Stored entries
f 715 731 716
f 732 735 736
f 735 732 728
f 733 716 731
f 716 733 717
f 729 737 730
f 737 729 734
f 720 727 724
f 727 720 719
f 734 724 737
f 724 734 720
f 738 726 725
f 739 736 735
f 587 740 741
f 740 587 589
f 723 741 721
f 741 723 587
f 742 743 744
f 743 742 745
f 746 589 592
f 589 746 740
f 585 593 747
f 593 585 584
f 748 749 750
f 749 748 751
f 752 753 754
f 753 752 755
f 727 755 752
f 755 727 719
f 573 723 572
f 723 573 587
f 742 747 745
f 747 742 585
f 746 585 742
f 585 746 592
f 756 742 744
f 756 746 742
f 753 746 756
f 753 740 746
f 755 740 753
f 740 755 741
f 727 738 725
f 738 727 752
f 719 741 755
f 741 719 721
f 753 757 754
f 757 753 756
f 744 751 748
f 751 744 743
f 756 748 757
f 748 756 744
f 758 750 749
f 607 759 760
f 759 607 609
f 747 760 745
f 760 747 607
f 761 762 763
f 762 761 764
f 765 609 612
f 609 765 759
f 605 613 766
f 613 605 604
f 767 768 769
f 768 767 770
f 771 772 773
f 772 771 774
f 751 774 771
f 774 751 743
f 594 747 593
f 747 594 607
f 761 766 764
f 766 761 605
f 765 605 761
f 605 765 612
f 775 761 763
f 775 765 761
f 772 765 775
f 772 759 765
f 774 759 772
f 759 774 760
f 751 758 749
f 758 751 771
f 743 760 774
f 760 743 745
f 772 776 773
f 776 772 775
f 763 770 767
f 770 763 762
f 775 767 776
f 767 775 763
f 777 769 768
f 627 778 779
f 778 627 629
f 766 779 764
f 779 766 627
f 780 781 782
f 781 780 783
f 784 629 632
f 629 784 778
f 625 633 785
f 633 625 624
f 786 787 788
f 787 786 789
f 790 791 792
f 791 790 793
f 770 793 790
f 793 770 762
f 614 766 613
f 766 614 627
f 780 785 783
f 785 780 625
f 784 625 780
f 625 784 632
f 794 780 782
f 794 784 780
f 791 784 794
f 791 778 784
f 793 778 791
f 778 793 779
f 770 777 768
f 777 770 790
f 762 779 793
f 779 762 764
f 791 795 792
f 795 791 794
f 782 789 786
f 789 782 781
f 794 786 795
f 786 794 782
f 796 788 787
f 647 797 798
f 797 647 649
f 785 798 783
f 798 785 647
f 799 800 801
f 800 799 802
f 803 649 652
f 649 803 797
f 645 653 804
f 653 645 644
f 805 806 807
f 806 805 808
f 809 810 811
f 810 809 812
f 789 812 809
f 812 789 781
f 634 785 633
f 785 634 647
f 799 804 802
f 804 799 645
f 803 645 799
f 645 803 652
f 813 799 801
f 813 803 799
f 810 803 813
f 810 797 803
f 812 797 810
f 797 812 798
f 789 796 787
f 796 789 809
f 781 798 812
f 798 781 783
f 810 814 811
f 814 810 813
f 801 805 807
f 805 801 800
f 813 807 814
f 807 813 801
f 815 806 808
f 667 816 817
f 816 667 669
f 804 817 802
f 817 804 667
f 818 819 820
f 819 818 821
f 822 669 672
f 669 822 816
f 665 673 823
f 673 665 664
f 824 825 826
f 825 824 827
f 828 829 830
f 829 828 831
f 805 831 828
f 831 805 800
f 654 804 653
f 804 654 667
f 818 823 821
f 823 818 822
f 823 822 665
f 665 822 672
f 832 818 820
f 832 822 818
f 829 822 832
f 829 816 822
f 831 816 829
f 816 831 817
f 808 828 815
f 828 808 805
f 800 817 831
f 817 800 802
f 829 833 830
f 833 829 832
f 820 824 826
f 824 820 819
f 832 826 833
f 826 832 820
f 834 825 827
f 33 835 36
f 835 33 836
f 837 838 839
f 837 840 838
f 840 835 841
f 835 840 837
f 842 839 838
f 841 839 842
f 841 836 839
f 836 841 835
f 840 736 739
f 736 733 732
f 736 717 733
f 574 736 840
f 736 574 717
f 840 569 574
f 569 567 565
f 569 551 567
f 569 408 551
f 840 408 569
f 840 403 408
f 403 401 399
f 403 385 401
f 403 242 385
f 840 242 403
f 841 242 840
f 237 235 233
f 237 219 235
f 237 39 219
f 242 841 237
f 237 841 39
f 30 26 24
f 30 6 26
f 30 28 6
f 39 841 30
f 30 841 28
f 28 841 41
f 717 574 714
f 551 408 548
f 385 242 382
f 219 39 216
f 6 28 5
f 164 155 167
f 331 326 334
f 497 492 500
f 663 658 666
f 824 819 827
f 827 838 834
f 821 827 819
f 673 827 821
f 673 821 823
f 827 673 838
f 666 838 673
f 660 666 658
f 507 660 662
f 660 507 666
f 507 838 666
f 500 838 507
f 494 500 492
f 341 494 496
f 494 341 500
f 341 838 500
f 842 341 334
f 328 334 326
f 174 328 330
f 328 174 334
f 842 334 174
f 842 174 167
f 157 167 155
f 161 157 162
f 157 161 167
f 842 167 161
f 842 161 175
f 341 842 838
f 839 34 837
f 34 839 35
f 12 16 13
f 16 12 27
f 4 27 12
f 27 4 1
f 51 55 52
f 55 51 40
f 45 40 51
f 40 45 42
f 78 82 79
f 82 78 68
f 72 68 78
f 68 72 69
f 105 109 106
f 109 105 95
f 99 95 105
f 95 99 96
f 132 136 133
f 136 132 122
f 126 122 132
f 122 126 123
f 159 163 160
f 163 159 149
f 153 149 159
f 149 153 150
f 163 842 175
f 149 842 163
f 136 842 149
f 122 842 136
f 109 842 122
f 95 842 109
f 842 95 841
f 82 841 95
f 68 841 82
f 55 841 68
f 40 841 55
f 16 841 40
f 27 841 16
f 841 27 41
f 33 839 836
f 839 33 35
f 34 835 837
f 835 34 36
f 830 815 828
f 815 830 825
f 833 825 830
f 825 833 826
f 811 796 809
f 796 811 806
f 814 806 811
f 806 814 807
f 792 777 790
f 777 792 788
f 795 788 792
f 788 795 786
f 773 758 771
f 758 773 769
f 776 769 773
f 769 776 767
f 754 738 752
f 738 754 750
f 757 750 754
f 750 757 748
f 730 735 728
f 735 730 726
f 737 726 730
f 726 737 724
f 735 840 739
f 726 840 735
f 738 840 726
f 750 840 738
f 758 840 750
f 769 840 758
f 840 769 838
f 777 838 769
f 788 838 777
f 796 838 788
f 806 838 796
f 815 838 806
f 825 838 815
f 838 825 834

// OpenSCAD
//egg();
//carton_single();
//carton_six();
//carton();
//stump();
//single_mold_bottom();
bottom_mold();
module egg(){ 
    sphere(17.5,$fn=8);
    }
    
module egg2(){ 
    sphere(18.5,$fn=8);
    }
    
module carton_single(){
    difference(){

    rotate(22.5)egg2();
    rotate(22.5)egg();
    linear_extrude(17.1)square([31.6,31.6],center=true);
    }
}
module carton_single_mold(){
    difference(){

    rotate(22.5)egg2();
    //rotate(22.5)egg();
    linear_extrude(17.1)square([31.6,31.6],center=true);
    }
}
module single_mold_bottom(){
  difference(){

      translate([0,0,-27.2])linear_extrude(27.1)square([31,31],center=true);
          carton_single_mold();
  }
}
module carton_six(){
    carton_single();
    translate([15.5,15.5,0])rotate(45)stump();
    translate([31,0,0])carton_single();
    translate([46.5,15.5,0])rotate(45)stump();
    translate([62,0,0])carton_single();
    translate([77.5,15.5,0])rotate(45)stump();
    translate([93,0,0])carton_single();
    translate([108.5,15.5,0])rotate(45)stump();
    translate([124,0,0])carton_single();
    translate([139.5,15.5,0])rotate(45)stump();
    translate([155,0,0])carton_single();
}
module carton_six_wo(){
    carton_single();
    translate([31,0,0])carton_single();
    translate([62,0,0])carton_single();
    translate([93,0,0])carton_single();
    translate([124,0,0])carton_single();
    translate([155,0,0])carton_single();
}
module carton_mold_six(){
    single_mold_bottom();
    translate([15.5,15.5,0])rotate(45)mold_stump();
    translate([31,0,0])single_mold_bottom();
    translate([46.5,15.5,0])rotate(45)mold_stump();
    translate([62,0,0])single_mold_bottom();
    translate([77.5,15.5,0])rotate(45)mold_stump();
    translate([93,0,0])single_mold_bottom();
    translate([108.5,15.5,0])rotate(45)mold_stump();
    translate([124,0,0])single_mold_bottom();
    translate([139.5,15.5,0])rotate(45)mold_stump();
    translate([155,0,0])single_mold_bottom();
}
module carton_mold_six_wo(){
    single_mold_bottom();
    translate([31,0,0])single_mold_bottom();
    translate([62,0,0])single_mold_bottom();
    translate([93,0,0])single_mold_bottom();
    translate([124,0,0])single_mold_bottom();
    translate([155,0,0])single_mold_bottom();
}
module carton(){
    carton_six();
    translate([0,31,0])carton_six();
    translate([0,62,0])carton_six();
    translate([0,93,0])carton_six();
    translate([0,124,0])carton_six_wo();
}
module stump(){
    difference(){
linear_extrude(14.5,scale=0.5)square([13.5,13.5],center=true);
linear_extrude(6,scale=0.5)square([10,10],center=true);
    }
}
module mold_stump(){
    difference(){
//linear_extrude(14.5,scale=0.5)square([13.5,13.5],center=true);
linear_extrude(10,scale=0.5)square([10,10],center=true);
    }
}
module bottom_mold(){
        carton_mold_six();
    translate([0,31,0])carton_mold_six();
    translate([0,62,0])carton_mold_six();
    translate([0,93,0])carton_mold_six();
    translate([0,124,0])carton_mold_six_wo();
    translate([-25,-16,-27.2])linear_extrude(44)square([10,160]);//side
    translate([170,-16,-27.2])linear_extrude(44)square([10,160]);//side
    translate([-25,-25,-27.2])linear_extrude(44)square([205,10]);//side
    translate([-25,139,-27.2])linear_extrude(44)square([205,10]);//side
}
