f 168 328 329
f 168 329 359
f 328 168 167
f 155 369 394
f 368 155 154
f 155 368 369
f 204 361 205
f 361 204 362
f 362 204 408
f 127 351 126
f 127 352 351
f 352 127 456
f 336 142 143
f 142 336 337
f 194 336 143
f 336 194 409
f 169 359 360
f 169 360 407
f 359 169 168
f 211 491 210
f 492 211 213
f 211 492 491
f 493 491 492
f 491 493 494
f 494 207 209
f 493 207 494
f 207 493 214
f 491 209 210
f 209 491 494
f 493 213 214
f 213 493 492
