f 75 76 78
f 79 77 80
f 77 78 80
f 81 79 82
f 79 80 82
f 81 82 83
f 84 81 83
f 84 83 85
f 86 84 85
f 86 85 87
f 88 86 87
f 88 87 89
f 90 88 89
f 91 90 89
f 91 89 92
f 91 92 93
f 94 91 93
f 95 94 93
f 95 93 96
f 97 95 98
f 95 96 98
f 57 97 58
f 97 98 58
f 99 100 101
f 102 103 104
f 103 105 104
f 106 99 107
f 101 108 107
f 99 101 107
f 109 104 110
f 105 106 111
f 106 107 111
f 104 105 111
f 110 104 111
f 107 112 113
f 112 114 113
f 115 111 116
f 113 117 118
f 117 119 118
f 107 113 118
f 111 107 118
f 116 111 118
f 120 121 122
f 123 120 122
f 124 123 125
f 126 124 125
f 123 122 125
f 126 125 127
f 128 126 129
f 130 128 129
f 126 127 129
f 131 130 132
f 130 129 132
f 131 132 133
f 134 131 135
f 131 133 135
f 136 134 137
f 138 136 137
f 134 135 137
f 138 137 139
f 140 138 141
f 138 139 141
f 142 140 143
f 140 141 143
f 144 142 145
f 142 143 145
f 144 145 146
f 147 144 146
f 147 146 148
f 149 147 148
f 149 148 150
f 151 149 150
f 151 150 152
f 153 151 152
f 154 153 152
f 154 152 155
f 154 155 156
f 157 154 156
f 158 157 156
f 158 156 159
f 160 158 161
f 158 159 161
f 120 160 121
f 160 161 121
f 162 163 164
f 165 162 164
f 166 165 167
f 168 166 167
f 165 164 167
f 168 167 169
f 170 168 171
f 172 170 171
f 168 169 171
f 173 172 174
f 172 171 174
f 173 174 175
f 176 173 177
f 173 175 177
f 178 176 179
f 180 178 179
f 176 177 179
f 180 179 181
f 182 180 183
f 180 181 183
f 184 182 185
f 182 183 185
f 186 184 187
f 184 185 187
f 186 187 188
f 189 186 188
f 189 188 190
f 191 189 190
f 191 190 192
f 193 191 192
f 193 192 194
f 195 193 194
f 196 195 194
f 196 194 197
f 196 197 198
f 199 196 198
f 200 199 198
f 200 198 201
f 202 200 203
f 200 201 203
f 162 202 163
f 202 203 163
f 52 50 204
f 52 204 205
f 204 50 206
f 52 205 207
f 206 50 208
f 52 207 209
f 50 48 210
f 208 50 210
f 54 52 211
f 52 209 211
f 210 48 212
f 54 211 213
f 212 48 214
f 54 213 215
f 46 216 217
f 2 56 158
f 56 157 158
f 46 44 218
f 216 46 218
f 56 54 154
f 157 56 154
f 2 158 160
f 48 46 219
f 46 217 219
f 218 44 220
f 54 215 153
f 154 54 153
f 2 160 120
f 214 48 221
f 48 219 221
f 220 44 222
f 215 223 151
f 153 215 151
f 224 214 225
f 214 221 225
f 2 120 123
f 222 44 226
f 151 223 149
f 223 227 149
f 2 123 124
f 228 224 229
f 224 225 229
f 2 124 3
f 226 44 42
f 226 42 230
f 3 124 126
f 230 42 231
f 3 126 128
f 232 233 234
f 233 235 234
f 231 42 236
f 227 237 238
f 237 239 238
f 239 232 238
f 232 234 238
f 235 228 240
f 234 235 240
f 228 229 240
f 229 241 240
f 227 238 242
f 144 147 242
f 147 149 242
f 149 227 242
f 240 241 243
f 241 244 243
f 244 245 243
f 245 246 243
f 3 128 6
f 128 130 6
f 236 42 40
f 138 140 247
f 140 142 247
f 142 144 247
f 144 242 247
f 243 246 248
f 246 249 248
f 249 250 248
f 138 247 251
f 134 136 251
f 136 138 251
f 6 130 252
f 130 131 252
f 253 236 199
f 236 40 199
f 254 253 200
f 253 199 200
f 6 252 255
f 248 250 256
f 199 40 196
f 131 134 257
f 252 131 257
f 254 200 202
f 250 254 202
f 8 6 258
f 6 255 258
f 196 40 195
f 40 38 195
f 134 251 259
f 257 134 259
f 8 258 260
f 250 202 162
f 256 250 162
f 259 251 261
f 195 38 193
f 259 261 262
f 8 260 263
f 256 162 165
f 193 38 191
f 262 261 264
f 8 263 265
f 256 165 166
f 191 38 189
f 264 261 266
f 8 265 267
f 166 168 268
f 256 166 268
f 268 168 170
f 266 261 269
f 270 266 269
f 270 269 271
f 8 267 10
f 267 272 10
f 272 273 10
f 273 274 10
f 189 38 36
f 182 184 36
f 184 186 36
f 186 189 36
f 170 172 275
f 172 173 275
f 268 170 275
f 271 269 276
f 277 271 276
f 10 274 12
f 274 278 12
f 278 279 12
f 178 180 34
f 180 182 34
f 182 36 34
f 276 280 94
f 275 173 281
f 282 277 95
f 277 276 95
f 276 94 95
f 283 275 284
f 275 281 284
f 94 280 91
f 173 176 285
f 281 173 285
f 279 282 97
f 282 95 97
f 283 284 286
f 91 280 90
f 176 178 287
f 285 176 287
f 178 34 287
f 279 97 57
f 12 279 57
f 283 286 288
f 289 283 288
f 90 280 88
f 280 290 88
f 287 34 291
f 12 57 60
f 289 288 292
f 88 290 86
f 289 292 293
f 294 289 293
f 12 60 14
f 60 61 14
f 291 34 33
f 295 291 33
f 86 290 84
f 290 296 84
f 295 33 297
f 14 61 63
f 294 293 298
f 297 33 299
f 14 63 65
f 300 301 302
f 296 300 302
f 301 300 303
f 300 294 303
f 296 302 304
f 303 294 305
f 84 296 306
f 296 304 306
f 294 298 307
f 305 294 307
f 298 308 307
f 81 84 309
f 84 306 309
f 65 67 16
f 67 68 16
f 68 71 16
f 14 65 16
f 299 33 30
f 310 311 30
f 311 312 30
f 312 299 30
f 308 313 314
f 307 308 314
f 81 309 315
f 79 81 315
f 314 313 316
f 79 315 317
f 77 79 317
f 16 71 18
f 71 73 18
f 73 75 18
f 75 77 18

* _THE TASK_
Take the line above containing "f 215 223 151", the line containing "f 140 142 247", and all lines in between, and copy them exactly without anything else.

* _RESPONSE_
f 215 223 151
f 153 215 151
f 224 214 225
f 214 221 225
f 2 120 123
f 222 44 226
f 151 223 149
f 223 227 149
f 2 123 124
f 228 224 229
f 224 225 229
f 2 124 3
f 226 44 42
f 226 42 230
f 3 124 126
f 230 42 231
f 3 126 128
f 232 233 234
f 233 235 234
f 231 42 236
f 227 237 238
f 237 239 238
f 239 232 238
f 232 234 238
f 235 228 240
f 234 235 240
f 228 229 240
f 229 241 240
f 227 238 242
f 144 147 242
f 147 149 242
f 149 227 242
f 240 241 243
f 241 244 243
f 244 245 243
f 245 246 243
f 3 128 6
f 128 130 6
f 236 42 40
f 138 140 247
f 140 142 247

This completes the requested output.